This episode of Drill Bits presents a new persistent memory allocator that enables a new capability for scripting languages. The new allocator is suitable for serious use, yet it is more concise and simpler than most alternatives. The new capability is transparent on-demand persistence for interpreted scripts with zero effort from script authors. Persistent memory allocation and persistent scripting demonstrate, at two very different software layers, that the right interfaces multiply programmer impact by leveraging mountains of existing software and hardware. Both the new persistent memory allocator and a persistent script interpreter that uses it are available as open-source software.
Scripting allows you to write clear, concise, and correct code quickly and conveniently. Scripting languages enhance productivity via keen instincts for programmer intentions. For example, they create and initialize variables as needed without explicit declarations. Persistent scripting brings similar do-what-I-mean convenience to data used across multiple script executions.
The AWK
program in figure 1 captures the essence of classic scripting chores such as log file processing. Its input block reads strings, one per input line, and uses associative arrays to assign serial numbers to unique strings and to count their frequencies. After all input has been processed, the END
block prints a summary report.
Efficiency demands persistence in common scenarios where inputs arrive periodically and summaries are cumulative—say, a daily report must cover all past logs and a new log arrives every day. Naïvely processing all logs every day would be inefficient; an incremental approach is needed. For the script of figure 1, arrays id[]
and freq[]
and counter n
must somehow propagate from yesterday's execution to today's run.
The persistence facilities in popular scripting languages flout the casual spirit of scripting because they demand explicit fuss with individual variables. For example, Python and Perl can bind arrays to dbm
databases, but coding explicit persistence and wrangling per-array databases are a bother. Why can't a script simply remember programmer-defined variables from one execution to the next?
Persistent scripting provides the right interface for scripts to remember variables across executions. A new command-line option informs the interpreter that script-defined variables reside in a persistent heap. When a script runs with the new interpreter flag, the script begins execution pre-populated with variables from the persistent heap; when the script terminates, the persistent heap retains the state of its variables for its next execution. Scripts remain oblivious to persistence, so all existing scripts obtain the benefits of persistence without modification. Persistent heaps are separate from scripts and may be shared freely among unrelated scripts. That's exactly what is needed for scripts like that shown in figure 1.
Despite its attractions, persistent scripting would be impractical if it were too difficult to implement or couldn't be widely deployed. Does the new command-line option require extensive modifications to interpreters?
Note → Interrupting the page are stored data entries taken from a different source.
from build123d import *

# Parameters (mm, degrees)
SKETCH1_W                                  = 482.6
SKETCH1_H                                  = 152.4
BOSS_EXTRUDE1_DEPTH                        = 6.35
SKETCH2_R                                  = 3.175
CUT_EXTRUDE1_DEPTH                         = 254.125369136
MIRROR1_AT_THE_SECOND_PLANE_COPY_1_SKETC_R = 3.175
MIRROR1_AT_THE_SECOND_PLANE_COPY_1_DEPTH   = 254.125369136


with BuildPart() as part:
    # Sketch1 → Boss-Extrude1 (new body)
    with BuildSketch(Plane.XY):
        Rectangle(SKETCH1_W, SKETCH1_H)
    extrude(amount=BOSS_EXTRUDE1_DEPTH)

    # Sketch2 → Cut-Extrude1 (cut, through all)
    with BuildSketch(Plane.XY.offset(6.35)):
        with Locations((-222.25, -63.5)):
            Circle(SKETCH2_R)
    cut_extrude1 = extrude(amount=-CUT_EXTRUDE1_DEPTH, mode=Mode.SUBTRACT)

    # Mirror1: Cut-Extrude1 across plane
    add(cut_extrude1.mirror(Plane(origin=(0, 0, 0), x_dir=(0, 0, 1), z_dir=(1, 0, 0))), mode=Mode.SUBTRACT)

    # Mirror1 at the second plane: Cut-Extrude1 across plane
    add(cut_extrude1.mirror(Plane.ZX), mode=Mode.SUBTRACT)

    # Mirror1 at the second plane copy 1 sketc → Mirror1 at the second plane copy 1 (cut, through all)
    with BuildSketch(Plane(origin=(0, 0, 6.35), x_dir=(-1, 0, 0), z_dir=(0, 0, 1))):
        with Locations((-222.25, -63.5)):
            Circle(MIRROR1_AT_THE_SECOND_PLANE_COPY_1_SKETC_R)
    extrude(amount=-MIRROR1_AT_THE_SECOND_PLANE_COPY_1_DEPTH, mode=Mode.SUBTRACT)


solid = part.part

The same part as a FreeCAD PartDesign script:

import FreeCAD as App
import Part
import Sketcher

V = App.Vector
Q = App.Units.Quantity


def add_polygon(sketch, points):
    """Adds a closed chain of lines whose ends are joined by coincident constraints."""
    first, n = sketch.GeometryCount, len(points)
    for a, b in zip(points, points[1:] + points[:1]):
        sketch.addGeometry(Part.LineSegment(App.Vector(*a, 0), App.Vector(*b, 0)), False)
    for i in range(n):
        sketch.addConstraint(Sketcher.Constraint("Coincident", first + i, 2, first + (i + 1) % n, 1))

doc = App.newDocument("Part")
body = doc.addObject("PartDesign::Body", "Body")

sketch1 = body.newObject("Sketcher::SketchObject", "Sketch")
sketch1.AttachmentSupport = (doc.getObject("XY_Plane"), [""])
sketch1.MapMode = "FlatFace"
add_polygon(sketch1, [(-241, 76), (-241, -76), (241, -76), (241, 76)])
sketch1.addConstraint(Sketcher.Constraint("Vertical", 0))
sketch1.addConstraint(Sketcher.Constraint("Horizontal", 1))
sketch1.addConstraint(Sketcher.Constraint("Vertical", 2))
sketch1.addConstraint(Sketcher.Constraint("Horizontal", 3))
sketch1.addConstraint(Sketcher.Constraint("Symmetric", 0, 2, 2, 2, -1, 1))
sketch1.addConstraint(Sketcher.Constraint("DistanceX", 1, 1, 1, 2, Q("19 in")))
sketch1.addConstraint(Sketcher.Constraint("DistanceY", 0, 2, 0, 1, Q("6 in")))
pad1 = body.newObject("PartDesign::Pad", "Pad")
pad1.Profile = sketch1
pad1.Length = Q("0.25 in")

sketch2 = body.newObject("Sketcher::SketchObject", "Sketch001")
sketch2.AttachmentSupport = (doc.getObject("XY_Plane"), [""])
sketch2.MapMode = "FlatFace"
sketch2.AttachmentOffset = App.Placement(V(0, 0, 0.25 * 25.4), App.Rotation())
sketch2.addGeometry(Part.Circle(V(-222.2, -63.5, 0), V(0, 0, 1), 3.2), False)
sketch2.addConstraint(Sketcher.Constraint("Diameter", 0, Q("0.25 in")))
sketch2.addConstraint(Sketcher.Constraint("DistanceY", 0, 3, -1, 1, Q("2.5 in")))
sketch2.addConstraint(Sketcher.Constraint("DistanceX", 0, 3, -1, 1, Q("8.75 in")))
pocket1 = body.newObject("PartDesign::Pocket", "Pocket")
pocket1.Profile = sketch2
pocket1.Type = "ThroughAll"
doc.recompute()

mirrored = body.newObject("PartDesign::Mirrored", "Mirrored")
mirrored.Originals = [pocket1]
mirrored.MirrorPlane = (doc.getObject("YZ_Plane"), [""])
body.Tip = mirrored
doc.recompute()

mirrored2 = body.newObject("PartDesign::Mirrored", "Mirrored001")
mirrored2.Originals = [pocket1]
mirrored2.MirrorPlane = (doc.getObject("XZ_Plane"), [""])
body.Tip = mirrored2

sketch3 = body.newObject("Sketcher::SketchObject", "Sketch002")
sketch3.AttachmentSupport = (doc.getObject("XY_Plane"), [""])
sketch3.MapMode = "FlatFace"
sketch3.AttachmentOffset = App.Placement(V(0, 0, 0.25 * 25.4), App.Rotation())
sketch3.addGeometry(Part.Circle(V(222.2, 63.5, 0), V(0, 0, 1), 3.2), False)
sketch3.addConstraint(Sketcher.Constraint("Diameter", 0, Q("0.25 in")))
sketch3.addConstraint(Sketcher.Constraint("DistanceY", -1, 1, 0, 3, Q("2.5 in")))
sketch3.addConstraint(Sketcher.Constraint("DistanceX", -1, 1, 0, 3, Q("8.75 in")))
pocket2 = body.newObject("PartDesign::Pocket", "Pocket001")
pocket2.Profile = sketch3
pocket2.Type = "ThroughAll"

doc.recompute()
Do persistent heaps require rare, unconventional NVM (non-volatile memory)?
Fortunately not. A persistent memory allocator with the right interface makes it remarkably easy to retrofit persistent scripting onto a widely used, feature-rich, production-grade interpreter. Furthermore, such an allocator need not rely on exotic hardware.
We have implemented persistent scripting in the GNU AWK
interpreter, gawk
. Our "persistent memory gawk
" (pm-gawk
) affects roughly 70 lines in a source code base of 91,000 LOC. A companion paper on pm-gawk
presents performance evaluations of both conventional hardware and Optane NVM and details the benefits of persistent scripting.12 We are working with the gawk
maintainer to integrate pm-gawk
into the official distribution. This column describes the new persistent memory allocator that makes pm-gawk
possible.
Persistent memory enables in-memory data structures to outlive the processes that access them. Persistent memory programming simplifies applications by obviating the need for different formats and programming concepts to govern persistent data.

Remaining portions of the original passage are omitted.